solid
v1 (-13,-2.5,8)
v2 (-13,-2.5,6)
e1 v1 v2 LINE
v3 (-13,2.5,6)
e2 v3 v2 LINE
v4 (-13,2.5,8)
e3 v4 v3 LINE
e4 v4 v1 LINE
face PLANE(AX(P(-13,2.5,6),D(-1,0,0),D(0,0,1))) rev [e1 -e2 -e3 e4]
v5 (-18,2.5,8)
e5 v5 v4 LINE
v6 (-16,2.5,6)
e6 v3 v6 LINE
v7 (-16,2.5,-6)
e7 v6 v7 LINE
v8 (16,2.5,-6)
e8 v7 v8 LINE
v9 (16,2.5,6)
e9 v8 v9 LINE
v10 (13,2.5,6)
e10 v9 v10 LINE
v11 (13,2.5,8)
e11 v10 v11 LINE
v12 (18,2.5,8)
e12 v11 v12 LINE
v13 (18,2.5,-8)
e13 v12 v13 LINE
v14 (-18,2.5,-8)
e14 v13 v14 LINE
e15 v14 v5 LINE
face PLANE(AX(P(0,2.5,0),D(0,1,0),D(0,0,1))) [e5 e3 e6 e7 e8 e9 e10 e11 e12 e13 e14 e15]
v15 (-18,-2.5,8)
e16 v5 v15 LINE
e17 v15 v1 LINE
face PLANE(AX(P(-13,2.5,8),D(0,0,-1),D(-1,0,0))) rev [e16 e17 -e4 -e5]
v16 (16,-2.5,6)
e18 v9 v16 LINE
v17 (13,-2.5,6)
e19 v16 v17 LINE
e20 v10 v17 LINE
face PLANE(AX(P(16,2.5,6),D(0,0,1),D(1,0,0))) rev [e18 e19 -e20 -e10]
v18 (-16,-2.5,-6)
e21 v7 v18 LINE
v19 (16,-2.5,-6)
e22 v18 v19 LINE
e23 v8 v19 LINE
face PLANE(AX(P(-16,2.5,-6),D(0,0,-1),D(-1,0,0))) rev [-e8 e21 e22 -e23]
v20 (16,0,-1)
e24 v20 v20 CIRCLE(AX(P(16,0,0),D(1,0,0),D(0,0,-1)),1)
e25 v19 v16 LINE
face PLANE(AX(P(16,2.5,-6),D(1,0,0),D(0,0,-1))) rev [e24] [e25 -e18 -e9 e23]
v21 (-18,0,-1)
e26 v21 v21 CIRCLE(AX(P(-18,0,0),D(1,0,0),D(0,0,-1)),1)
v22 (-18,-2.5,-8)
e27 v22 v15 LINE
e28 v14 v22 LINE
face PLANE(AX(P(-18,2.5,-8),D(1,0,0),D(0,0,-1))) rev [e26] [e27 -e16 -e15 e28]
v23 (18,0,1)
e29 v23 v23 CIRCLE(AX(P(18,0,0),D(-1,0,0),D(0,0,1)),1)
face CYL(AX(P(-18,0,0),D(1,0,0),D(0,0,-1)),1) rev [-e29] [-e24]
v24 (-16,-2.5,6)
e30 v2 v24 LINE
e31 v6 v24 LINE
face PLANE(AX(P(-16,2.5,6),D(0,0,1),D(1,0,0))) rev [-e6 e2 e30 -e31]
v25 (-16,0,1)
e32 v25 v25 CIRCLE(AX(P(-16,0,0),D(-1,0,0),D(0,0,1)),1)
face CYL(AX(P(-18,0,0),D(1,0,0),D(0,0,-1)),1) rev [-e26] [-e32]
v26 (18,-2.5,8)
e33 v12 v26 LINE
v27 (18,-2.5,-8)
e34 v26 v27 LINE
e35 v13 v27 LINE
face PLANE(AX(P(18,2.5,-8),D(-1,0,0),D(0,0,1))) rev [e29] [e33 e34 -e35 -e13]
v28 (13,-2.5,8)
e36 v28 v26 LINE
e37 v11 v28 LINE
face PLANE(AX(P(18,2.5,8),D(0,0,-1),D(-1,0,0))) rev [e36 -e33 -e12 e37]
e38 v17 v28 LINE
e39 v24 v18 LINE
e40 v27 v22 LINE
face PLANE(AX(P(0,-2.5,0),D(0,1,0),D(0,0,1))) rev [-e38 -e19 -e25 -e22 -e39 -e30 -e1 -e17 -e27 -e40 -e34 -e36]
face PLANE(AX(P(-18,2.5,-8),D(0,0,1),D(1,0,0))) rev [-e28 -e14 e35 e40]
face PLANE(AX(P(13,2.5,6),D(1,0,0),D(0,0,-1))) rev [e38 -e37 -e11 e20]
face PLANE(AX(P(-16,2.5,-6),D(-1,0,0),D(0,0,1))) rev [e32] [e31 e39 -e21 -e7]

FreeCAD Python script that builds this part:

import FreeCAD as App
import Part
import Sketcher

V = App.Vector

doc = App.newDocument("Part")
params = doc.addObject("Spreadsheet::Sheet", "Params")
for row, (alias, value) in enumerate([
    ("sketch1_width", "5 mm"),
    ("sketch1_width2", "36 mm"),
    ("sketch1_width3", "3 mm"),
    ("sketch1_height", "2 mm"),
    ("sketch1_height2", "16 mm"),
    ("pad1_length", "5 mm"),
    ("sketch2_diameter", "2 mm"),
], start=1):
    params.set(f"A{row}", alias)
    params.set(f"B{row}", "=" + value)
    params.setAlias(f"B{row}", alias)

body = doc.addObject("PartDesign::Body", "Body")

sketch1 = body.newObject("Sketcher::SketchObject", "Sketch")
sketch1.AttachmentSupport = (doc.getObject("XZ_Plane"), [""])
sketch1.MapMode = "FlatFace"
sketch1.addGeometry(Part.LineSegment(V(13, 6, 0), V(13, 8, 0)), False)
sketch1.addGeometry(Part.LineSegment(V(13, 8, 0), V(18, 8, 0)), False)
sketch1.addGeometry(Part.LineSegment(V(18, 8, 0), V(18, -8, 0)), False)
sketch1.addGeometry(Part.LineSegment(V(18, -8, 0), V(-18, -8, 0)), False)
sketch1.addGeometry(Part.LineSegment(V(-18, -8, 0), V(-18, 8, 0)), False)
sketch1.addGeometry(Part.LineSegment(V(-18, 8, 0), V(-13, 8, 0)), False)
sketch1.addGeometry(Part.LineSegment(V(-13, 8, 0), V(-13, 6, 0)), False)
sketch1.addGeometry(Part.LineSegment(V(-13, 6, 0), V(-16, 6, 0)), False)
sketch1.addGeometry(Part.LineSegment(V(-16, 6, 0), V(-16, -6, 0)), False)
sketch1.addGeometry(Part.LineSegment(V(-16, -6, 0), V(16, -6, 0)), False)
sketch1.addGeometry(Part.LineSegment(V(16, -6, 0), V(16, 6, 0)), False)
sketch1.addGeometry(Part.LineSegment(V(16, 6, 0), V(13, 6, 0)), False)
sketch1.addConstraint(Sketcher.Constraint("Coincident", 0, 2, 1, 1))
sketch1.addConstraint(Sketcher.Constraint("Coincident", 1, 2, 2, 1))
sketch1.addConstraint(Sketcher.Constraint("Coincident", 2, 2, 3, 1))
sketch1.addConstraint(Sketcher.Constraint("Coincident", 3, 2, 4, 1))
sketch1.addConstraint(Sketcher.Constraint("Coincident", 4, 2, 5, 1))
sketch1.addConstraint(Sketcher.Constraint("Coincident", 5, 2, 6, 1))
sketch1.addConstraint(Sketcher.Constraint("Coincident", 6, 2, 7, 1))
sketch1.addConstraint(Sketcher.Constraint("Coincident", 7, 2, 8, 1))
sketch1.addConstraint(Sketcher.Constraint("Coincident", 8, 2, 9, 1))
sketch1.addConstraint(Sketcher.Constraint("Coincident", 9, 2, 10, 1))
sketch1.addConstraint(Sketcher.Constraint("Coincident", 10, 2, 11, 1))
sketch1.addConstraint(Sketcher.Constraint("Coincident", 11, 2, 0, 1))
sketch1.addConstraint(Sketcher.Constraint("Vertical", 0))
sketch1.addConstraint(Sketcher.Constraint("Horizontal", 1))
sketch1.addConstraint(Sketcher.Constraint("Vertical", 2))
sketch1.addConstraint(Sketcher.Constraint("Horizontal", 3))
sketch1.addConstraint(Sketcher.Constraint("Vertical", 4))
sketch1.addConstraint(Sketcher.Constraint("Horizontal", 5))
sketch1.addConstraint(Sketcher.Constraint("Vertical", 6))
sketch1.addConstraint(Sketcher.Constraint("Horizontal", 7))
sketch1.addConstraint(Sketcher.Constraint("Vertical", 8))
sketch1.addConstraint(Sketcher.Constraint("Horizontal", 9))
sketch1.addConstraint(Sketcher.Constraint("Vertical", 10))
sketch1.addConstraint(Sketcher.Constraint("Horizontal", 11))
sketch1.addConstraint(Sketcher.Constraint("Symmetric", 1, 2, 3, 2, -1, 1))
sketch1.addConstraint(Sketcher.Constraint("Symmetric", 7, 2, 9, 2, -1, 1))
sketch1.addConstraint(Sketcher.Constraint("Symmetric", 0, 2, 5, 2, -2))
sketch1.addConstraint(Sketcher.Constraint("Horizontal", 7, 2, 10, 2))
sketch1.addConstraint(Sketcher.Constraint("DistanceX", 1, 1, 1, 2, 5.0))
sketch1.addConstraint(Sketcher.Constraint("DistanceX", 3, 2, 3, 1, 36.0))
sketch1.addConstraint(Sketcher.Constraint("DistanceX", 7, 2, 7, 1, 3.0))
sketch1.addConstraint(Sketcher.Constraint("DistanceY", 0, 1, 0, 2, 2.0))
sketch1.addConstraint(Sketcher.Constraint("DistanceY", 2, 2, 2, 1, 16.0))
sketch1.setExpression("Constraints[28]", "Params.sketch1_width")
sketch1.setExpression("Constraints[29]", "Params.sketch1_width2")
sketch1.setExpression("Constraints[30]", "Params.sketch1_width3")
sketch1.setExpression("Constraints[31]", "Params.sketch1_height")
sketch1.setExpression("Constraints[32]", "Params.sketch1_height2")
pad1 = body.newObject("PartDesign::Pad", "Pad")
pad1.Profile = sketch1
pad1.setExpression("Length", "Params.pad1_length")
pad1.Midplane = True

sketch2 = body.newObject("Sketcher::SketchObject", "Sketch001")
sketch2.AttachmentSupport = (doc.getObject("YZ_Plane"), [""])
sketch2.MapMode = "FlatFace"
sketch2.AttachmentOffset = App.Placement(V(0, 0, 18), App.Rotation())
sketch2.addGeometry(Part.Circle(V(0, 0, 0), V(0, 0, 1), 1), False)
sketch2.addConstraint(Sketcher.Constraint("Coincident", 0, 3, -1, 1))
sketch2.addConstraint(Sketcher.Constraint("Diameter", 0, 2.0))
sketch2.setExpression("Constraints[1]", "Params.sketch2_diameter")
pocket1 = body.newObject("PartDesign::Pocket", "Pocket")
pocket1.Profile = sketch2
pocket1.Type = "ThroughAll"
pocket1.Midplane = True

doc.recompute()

*****

- DESCRIPTION OF THE TASK
Your answer must consist solely of the lines above between the line holding "face CYL(AX(P(-18,0,0),D(1,0,0),D(0,0,-1)),1) rev [-e26]" and the line holding "FreeCAD Python script", inclusive, copied exactly.

- REPLY
face CYL(AX(P(-18,0,0),D(1,0,0),D(0,0,-1)),1) rev [-e26] [-e32]
v26 (18,-2.5,8)
e33 v12 v26 LINE
v27 (18,-2.5,-8)
e34 v26 v27 LINE
e35 v13 v27 LINE
face PLANE(AX(P(18,2.5,-8),D(-1,0,0),D(0,0,1))) rev [e29] [e33 e34 -e35 -e13]
v28 (13,-2.5,8)
e36 v28 v26 LINE
e37 v11 v28 LINE
face PLANE(AX(P(18,2.5,8),D(0,0,-1),D(-1,0,0))) rev [e36 -e33 -e12 e37]
e38 v17 v28 LINE
e39 v24 v18 LINE
e40 v27 v22 LINE
face PLANE(AX(P(0,-2.5,0),D(0,1,0),D(0,0,1))) rev [-e38 -e19 -e25 -e22 -e39 -e30 -e1 -e17 -e27 -e40 -e34 -e36]
face PLANE(AX(P(-18,2.5,-8),D(0,0,1),D(1,0,0))) rev [-e28 -e14 e35 e40]
face PLANE(AX(P(13,2.5,6),D(1,0,0),D(0,0,-1))) rev [e38 -e37 -e11 e20]
face PLANE(AX(P(-16,2.5,-6),D(-1,0,0),D(0,0,1))) rev [e32] [e31 e39 -e21 -e7]

FreeCAD Python script that builds this part:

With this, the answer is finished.